Purification and characterization of a small (7.3 kDa) putative lipid transfer protein from maize seeds

• Published in: Journal of chromatography. B, Analytical technologies in the biomedical and life sciences Vol. 794; no. 1; pp. 109 - 114
• Main Authors: Castro, Mariana S., Gerhardt, Isabel R., Orrù, Stefania, Pucci, Piero, Bloch, Carlos
• Format: Journal Article
• Language: English
• Published: Amsterdam Elsevier B.V 25.08.2003; Elsevier Science
• Subjects: Amino Acid Sequence; Aminoacids, peptides. Hormones. Neuropeptides; Analytical, structural and metabolic biochemistry; Antigens, Plant; Biological and medical sciences; Carrier Proteins - chemistry; Carrier Proteins - isolation & purification; Electrophoresis, Polyacrylamide Gel; Fundamental and applied biological sciences.
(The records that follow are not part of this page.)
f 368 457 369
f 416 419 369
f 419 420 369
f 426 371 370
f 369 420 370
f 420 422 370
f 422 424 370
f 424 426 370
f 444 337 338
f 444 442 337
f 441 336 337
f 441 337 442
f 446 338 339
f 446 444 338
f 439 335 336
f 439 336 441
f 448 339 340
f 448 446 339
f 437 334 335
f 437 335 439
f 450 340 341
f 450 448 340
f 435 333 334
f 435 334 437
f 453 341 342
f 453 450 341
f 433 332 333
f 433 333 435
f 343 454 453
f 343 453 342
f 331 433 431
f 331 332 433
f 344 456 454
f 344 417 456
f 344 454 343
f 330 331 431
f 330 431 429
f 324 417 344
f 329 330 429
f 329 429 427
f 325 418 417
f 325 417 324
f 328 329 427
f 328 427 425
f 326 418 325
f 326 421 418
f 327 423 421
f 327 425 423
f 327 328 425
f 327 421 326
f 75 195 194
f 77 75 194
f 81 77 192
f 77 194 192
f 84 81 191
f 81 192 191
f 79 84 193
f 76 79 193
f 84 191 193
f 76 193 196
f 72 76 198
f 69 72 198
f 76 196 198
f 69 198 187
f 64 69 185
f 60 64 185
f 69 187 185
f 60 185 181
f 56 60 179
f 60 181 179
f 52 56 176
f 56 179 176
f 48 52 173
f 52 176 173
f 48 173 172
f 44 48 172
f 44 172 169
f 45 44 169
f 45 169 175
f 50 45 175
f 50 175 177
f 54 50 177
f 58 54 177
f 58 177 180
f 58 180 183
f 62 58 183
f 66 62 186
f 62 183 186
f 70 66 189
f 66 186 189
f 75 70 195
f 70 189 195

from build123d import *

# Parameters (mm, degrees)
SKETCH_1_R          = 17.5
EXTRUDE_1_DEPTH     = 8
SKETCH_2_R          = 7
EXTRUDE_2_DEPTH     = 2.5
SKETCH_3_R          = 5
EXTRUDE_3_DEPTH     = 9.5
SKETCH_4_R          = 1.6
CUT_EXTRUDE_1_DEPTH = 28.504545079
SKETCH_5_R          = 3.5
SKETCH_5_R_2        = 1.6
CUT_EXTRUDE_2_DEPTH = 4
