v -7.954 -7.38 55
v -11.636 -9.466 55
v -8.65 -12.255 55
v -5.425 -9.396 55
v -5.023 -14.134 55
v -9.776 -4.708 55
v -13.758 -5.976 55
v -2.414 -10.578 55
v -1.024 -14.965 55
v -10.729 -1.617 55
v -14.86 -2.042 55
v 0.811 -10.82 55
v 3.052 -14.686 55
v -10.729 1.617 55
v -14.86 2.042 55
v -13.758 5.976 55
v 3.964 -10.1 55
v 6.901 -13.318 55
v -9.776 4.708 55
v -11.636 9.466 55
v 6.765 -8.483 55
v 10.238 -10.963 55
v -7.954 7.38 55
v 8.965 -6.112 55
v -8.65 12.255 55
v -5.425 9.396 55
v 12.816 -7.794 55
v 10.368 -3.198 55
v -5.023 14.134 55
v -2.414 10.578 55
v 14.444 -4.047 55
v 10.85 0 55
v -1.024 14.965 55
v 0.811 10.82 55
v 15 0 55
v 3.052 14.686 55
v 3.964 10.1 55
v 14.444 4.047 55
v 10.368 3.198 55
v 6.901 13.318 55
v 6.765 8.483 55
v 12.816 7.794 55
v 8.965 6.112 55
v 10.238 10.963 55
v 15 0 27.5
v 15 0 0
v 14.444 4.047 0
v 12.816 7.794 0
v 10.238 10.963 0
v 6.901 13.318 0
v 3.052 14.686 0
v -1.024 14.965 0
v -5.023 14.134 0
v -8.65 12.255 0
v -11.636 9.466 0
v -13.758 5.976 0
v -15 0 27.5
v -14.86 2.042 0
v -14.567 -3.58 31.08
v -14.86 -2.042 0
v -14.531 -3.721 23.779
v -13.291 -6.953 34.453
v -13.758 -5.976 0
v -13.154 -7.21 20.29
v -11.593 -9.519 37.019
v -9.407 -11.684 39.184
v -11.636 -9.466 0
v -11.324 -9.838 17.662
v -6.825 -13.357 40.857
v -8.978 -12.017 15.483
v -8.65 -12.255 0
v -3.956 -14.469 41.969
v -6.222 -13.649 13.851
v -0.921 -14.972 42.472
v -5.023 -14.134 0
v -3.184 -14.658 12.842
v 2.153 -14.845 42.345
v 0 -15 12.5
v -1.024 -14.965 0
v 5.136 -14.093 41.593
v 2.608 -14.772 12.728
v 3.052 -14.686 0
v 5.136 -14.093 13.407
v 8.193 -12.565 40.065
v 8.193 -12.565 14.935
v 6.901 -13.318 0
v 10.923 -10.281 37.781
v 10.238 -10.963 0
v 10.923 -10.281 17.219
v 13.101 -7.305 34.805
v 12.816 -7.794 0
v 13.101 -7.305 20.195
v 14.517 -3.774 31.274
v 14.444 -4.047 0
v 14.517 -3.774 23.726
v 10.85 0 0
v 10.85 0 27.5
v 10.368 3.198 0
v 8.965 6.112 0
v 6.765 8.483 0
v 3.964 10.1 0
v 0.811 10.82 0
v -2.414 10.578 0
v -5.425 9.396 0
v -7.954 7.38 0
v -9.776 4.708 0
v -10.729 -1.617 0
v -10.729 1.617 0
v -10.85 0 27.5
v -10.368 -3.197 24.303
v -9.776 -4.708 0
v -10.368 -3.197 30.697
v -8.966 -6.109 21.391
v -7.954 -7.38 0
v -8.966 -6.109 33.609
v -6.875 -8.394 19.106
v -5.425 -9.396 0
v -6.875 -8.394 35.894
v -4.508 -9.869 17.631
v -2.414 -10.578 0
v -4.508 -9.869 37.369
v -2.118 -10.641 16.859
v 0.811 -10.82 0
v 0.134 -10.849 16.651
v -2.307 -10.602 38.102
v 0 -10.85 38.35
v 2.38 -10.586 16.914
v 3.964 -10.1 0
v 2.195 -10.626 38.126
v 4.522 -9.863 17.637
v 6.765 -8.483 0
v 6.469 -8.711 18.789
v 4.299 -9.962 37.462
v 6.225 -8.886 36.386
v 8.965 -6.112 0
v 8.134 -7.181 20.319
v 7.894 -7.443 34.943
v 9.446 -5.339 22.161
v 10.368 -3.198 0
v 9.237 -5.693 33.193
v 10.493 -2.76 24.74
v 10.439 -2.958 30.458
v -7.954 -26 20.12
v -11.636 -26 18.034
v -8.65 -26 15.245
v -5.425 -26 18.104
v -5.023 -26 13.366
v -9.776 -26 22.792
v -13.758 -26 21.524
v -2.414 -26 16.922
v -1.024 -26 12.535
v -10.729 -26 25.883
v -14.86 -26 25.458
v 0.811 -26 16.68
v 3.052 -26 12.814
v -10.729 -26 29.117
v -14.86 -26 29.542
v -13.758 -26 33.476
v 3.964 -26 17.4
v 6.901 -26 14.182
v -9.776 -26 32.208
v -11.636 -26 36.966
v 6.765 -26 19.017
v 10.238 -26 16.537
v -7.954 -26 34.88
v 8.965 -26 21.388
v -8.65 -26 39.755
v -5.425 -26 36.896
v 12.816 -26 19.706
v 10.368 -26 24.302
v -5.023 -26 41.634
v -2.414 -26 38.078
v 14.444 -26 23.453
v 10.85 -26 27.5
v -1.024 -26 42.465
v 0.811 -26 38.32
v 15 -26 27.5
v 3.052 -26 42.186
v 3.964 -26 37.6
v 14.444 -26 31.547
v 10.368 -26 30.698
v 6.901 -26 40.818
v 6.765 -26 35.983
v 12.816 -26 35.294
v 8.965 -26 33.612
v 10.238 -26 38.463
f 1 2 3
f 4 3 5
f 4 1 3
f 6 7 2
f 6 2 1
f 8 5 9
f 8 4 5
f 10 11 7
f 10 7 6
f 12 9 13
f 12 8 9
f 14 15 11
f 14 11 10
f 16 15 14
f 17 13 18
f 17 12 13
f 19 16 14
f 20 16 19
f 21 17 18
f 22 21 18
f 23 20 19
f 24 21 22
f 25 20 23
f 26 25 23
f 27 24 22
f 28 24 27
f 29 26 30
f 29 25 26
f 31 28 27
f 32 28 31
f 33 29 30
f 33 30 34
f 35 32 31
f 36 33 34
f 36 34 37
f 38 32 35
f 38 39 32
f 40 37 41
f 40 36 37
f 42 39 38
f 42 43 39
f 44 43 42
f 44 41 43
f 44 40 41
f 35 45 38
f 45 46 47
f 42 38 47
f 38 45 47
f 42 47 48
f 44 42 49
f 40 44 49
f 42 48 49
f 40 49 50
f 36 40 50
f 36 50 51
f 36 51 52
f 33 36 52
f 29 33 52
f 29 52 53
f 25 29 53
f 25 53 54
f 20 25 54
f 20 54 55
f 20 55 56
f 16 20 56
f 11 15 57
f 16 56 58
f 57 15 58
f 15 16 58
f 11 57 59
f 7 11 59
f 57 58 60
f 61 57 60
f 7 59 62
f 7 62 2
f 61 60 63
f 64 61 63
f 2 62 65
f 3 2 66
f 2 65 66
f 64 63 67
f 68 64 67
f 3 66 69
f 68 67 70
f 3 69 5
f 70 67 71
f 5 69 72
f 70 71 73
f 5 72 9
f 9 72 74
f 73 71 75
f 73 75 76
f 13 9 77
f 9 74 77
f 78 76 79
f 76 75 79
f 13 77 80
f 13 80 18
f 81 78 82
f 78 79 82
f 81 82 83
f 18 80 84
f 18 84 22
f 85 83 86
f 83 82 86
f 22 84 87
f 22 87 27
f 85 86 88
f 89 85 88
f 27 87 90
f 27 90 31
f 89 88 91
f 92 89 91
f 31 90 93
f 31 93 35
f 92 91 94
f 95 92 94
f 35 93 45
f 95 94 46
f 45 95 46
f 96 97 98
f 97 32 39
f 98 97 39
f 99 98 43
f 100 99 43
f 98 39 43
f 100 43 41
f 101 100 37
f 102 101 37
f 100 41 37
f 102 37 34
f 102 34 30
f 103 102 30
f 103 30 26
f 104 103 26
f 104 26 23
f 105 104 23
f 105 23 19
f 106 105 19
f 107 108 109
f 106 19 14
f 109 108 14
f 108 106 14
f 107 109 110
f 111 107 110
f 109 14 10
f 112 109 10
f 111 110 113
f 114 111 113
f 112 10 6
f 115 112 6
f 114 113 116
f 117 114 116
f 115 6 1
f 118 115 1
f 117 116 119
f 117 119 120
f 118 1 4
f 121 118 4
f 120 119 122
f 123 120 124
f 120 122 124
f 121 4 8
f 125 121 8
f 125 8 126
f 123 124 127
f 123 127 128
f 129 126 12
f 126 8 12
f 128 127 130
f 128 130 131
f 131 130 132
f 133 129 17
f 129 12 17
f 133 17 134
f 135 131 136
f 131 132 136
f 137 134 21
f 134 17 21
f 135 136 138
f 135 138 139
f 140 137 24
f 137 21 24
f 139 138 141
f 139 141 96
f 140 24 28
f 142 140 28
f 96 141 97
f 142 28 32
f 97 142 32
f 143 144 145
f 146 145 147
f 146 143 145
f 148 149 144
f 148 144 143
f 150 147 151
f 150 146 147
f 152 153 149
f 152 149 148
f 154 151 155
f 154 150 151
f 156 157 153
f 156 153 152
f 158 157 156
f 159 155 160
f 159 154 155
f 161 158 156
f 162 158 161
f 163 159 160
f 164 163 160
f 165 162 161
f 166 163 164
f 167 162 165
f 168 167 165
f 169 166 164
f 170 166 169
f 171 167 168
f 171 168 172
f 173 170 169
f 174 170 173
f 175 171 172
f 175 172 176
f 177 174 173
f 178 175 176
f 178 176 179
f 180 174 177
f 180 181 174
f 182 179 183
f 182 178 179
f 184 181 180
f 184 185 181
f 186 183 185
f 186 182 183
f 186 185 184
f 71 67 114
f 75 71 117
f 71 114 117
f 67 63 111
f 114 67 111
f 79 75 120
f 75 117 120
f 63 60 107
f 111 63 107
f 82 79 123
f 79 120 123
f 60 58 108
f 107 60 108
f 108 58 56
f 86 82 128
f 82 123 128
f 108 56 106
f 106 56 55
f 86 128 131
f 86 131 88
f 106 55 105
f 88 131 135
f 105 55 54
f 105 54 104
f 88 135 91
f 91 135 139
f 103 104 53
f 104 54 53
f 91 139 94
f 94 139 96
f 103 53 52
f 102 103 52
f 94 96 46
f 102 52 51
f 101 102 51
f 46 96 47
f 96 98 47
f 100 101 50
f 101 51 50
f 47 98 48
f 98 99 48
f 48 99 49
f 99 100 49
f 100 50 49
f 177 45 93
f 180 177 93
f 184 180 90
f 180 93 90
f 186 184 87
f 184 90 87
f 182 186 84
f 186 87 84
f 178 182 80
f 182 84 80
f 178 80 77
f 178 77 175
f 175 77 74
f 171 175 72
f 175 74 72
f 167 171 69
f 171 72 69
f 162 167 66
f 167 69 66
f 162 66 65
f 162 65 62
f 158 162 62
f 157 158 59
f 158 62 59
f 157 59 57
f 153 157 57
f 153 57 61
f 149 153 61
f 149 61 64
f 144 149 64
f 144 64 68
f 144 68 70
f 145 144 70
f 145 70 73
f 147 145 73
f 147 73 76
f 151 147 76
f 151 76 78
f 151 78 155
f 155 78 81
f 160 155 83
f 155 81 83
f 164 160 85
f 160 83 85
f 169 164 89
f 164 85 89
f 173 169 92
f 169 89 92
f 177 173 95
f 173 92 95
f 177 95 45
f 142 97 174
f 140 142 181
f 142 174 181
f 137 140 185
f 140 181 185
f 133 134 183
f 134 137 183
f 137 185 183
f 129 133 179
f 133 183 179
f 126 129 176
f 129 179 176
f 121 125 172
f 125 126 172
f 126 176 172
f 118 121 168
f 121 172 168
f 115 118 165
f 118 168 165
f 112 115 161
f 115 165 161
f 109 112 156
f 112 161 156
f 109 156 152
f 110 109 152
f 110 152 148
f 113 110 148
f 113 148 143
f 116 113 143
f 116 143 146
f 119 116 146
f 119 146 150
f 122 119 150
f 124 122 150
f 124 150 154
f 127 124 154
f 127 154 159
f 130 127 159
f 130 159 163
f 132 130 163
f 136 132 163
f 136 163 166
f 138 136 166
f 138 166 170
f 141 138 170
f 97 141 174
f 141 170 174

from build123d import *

# Parameters (mm, degrees)
F0_R     = 15
F1_DEPTH = 55
F2_R     = 15
F3_DEPTH = 26
F4_R     = 10.85
F5_DEPTH = 55
F6_R     = 10.85
F7_DEPTH = 26


with BuildPart() as f1:
    # F0 (on Top) → F1 (new body)
    with BuildSketch(Plane.XY):
        Circle(F0_R)
    extrude(amount=F1_DEPTH)

    # F2 (on Front) → F3 (join)
    with BuildSketch(Plane.XZ):
        with Locations((0, 27.5)):
            Circle(F2_R)
    extrude(amount=F3_DEPTH)

    # F4 (on face) → F5 (cut)
    with BuildSketch(Plane.XY.offset(55)):
        Circle(F4_R)
    extrude(amount=-F5_DEPTH, mode=Mode.SUBTRACT)

    # F6 (on face) → F7 (cut)
    with BuildSketch(Plane.XZ.offset(26)):
        with Locations((0, 27.5)):
            Circle(F6_R)
    extrude(amount=-F7_DEPTH, mode=Mode.SUBTRACT)


solid = f1.part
Psychology; Lipid transfer proteins; Molecular Sequence Data; Plant Proteins; Proteins; Seeds - chemistry; Sequence Homology, Amino Acid; Spectrometry, Mass, Electrospray Ionization; Zea mays - embryology; Characterization; Lipid transfer proteins; Purification; Seeds; Serine endopeptidases; Enzyme; Corn; Lipids; Electrospray; Protein; Peptidases; Trypsin; Ionization; Plant origin; Transfer; Hydrolases; Mass spectrometry
• ISSN: 1570-0232; 1873-376X
• DOI: 10.1016/S1570-0232(03)00423-9

The present study reports, for the first time in literature, the purification and biochemical characterization of a small basic protein from maize seeds similar to plant lipid transfer proteins-2, named mLTP2. The mLTP2 consists of 70 amino acid residues and has an M r of 7303.83, determined by electrospray ionization mass spectrometry. The primary structure of mLTP2 was determined by automated Edman degradation of the intact protein and peptides obtained from digestions with trypsin and by C-terminal sequencing using carboxypeptidase Y. The mLTP2 exhibits high sequence similarity (51–44% identical positions) with other plant LTP2s previously described.